A Solution to Tough Logging Conditions (Lwf): Intro to Tough Logging Conditions, Logging While Fishing, Operation Procedure and Conditions

This review work summarised new generation logging techniques such Tough Logging Conditions (TLC) & Logging While Fishing (LWF) and their advancement in drilling operations. The production of Oil & gas from the stage of exploration to production should need a lot of data for economic and safe operations. The conditions of the sub-surface cannot be simply predicted unless with some measured parameters under the LOGGING term. Logging is defined as a continuous record of Petro’s physical parameters of rock against time and depth. Instead of conventional logging techniques of wireline such as SP, Gamma-ray, Neutron, Calliper log, etc, logging while drilling, logging while fishing set them aside of their extended applications. Logging while Fishing is a new generation technology that allows unfailing operations of logging tool by a special installation even in cut and thread operation also aids economic and time enhancement.
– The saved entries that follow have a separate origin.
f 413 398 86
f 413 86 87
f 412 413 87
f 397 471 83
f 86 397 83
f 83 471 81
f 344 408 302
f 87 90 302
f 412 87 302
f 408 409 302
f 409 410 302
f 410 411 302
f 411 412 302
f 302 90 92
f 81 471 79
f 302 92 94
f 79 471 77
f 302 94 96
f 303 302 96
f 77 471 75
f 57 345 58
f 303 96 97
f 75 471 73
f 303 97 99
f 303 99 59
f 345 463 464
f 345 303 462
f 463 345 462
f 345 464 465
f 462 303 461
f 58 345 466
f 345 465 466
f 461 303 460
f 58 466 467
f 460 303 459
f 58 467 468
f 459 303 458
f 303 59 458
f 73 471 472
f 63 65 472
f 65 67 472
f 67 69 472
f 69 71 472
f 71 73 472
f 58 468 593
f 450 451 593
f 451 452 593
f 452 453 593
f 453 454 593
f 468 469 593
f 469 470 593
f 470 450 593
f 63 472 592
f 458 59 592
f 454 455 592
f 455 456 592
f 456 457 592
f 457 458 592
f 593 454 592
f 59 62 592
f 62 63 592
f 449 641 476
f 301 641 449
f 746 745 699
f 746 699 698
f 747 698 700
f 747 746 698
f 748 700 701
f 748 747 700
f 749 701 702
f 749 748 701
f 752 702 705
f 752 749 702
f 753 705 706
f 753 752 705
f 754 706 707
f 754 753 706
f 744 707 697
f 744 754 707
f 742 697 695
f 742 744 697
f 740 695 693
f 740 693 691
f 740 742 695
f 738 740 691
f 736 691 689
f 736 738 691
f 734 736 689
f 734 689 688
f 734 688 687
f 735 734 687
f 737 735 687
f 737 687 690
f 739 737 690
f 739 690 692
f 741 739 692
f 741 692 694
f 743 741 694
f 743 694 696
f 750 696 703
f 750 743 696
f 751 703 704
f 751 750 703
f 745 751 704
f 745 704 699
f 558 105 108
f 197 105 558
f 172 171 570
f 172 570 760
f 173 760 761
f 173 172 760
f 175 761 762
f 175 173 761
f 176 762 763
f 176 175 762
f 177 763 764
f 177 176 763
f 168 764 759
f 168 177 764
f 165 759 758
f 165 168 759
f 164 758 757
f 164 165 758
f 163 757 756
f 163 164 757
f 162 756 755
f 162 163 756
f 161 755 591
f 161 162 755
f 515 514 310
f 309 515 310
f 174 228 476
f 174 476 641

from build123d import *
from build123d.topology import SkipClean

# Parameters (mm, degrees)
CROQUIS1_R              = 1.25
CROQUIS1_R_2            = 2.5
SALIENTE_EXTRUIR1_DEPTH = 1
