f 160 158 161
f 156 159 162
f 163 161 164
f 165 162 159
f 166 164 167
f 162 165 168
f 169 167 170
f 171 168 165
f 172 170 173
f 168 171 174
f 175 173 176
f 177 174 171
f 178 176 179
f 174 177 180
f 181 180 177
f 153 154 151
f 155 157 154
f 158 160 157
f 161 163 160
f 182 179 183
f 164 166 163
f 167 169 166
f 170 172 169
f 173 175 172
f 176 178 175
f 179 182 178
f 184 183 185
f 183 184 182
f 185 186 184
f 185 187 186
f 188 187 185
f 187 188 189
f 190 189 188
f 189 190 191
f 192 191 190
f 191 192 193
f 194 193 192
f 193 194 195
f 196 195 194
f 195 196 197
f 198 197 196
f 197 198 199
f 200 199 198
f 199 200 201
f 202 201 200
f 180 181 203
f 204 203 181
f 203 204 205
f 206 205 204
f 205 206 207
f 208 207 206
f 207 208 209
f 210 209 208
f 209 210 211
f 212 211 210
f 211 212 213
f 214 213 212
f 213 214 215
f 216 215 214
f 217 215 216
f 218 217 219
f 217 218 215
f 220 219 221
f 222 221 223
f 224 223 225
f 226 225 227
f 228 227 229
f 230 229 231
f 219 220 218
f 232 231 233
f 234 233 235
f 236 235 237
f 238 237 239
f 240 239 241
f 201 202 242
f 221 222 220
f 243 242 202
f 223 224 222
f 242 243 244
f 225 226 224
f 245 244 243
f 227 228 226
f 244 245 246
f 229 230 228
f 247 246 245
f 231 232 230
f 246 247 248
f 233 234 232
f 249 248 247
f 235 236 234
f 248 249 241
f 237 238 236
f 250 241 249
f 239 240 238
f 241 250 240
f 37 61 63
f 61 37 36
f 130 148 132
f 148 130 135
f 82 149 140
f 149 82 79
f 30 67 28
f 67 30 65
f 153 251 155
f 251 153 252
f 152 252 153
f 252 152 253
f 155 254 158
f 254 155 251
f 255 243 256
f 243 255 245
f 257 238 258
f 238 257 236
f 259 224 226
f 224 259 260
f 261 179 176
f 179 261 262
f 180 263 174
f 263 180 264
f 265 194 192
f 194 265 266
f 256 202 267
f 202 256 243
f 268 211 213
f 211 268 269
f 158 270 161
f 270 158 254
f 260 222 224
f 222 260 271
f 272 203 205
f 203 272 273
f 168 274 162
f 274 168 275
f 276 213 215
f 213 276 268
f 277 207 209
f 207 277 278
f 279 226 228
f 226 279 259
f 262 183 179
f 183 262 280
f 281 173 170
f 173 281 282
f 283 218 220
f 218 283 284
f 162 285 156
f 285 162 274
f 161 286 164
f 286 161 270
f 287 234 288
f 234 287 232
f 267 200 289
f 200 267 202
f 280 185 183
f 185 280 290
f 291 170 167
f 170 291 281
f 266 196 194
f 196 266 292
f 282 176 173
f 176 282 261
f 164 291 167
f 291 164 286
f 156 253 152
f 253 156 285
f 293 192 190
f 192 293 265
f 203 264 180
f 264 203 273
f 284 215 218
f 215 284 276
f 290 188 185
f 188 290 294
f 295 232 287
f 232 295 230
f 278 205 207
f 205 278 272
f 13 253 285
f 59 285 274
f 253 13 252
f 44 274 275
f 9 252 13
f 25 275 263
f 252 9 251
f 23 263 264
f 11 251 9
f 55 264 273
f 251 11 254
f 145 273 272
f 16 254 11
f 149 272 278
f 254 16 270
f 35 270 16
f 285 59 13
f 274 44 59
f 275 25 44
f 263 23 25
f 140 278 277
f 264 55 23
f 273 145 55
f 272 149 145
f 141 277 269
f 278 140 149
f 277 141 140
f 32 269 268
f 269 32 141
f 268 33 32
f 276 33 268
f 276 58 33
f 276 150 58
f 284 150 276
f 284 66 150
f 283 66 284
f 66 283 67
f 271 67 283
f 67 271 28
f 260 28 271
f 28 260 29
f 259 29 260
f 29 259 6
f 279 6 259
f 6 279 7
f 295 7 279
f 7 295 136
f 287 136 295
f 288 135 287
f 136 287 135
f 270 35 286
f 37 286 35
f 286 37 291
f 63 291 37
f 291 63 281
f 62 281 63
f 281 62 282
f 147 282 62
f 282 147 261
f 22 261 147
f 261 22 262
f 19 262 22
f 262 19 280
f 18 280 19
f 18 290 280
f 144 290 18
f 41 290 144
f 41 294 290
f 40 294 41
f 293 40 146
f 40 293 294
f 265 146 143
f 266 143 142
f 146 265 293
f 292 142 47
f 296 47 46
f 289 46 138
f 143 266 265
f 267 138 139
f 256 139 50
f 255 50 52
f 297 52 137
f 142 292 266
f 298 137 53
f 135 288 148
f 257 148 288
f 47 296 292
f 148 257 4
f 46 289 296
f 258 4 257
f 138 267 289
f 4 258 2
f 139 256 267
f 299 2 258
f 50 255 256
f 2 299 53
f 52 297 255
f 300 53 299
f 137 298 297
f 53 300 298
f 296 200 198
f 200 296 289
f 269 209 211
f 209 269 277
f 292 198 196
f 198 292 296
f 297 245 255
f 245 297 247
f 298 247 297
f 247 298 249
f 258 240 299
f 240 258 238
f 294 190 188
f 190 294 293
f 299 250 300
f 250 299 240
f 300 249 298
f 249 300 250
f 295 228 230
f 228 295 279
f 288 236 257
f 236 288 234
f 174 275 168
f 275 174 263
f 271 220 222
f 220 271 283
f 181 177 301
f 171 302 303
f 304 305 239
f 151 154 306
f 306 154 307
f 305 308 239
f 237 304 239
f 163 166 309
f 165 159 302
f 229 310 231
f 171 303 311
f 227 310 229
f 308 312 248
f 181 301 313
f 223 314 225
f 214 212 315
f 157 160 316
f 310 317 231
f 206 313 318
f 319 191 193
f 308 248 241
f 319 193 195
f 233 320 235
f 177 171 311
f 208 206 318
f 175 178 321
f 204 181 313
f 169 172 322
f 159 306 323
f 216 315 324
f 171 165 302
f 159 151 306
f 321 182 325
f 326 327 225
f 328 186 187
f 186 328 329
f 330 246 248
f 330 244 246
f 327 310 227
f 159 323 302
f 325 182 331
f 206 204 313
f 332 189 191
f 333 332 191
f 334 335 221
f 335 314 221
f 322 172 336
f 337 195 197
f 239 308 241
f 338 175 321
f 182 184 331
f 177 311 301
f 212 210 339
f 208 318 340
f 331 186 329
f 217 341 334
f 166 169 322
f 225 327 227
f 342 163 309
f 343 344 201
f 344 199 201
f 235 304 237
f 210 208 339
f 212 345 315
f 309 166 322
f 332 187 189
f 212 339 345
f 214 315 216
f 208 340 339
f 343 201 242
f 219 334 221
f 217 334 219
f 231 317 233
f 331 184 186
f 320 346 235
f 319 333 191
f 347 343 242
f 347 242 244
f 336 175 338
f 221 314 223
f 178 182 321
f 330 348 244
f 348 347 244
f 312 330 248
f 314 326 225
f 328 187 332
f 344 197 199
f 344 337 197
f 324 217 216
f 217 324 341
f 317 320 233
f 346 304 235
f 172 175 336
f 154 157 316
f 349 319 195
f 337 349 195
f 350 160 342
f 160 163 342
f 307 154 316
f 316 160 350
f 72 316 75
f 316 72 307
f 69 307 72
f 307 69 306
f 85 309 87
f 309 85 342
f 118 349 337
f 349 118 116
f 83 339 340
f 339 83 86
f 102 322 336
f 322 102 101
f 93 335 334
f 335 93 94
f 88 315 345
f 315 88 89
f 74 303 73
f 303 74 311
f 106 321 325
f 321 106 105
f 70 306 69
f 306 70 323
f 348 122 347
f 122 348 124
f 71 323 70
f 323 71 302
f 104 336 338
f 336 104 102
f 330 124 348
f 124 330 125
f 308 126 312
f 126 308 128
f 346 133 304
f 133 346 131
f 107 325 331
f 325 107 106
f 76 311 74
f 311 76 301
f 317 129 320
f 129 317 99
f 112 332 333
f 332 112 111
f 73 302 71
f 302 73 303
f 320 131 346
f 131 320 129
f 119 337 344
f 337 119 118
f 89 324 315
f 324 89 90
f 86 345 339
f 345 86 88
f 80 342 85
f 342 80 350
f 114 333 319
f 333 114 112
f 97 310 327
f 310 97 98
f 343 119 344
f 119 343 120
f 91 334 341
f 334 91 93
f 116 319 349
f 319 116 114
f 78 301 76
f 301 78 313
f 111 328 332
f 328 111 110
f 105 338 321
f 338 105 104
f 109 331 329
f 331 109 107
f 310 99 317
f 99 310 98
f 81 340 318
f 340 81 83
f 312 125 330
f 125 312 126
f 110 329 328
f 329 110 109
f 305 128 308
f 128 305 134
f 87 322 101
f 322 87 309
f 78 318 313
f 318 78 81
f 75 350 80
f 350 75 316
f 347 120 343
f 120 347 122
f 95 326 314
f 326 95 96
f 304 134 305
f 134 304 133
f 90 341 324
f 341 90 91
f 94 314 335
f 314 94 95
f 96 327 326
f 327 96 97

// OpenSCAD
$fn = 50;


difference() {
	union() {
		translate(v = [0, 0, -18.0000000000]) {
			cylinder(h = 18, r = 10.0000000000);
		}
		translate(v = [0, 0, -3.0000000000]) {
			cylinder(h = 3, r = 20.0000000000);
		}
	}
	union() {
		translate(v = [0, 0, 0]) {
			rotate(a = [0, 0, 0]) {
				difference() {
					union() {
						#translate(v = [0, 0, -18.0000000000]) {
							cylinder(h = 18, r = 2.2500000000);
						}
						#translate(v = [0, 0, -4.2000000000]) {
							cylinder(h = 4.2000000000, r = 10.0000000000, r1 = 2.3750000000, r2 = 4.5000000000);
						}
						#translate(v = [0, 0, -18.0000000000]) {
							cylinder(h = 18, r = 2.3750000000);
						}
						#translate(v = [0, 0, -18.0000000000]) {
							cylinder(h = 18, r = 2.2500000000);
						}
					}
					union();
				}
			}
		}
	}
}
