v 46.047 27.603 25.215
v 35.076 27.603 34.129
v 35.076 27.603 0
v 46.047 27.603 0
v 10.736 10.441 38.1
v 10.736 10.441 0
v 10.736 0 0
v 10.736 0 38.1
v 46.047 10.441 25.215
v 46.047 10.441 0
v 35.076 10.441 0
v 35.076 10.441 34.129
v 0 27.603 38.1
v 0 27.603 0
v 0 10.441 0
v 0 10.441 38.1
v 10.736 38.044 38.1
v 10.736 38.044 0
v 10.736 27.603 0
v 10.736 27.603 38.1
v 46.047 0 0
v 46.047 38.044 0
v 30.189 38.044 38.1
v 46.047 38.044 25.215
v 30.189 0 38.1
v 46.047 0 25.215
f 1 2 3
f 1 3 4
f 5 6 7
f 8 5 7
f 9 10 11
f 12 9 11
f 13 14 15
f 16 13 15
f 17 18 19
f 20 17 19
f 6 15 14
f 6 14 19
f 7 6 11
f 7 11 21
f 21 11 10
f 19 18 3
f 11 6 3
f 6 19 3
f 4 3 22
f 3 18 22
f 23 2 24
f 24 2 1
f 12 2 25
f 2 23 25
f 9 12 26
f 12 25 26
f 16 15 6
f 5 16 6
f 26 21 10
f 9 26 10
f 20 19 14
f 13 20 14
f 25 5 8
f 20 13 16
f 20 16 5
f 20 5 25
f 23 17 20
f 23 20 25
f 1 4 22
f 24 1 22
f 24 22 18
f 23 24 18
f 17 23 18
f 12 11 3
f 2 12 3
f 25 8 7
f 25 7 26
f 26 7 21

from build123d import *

# Parameters (mm, degrees)
F2_DEPTH = 38.1
F3_DEPTH = 50.8


with BuildPart() as f2:
    # F1 (on Top) → F2 (new body)
    with BuildSketch(Plane.XY):
        Polygon((24.104279, 0), (46.047091, 0), (46.047091, 10.441257), (35.075685, 10.441257), (35.075685, 27.602856), (46.047091, 27.602856), (46.047091, 38.044113), (24.104279, 38.044113), align=None)
        Polygon((10.73552, 0), (24.104279, 0), (24.104279, 38.044113), (10.73552, 38.044113), (10.73552, 27.602856), (0, 27.602856), (0, 10.441257), (10.73552, 10.441257), align=None)
    extrude(amount=F2_DEPTH)

    # F0 (on Front) → F3 (cut)
    with BuildSketch(Plane.XZ):
        Polygon((24.104279, 43.043356), (46.047091, 25.215129), (46.047091, 43.043356), align=None)
    extrude(amount=-F3_DEPTH, mode=Mode.SUBTRACT)


solid = f2.part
Tough logging conditions are a technique applied either when the hole has highly deviated or when you need to control the position of a tool. This project includes the study and interpretation of above discussed new generation logs. These tools offer all types of logging carried out on wireline except the SP logging. Logging while drilling provides real-time measurements of physical parameters while drilling operation itself which avoids an additional running of tools causing trips and sticking of drill pipe. The data is stored in the bottom assembled logging tool.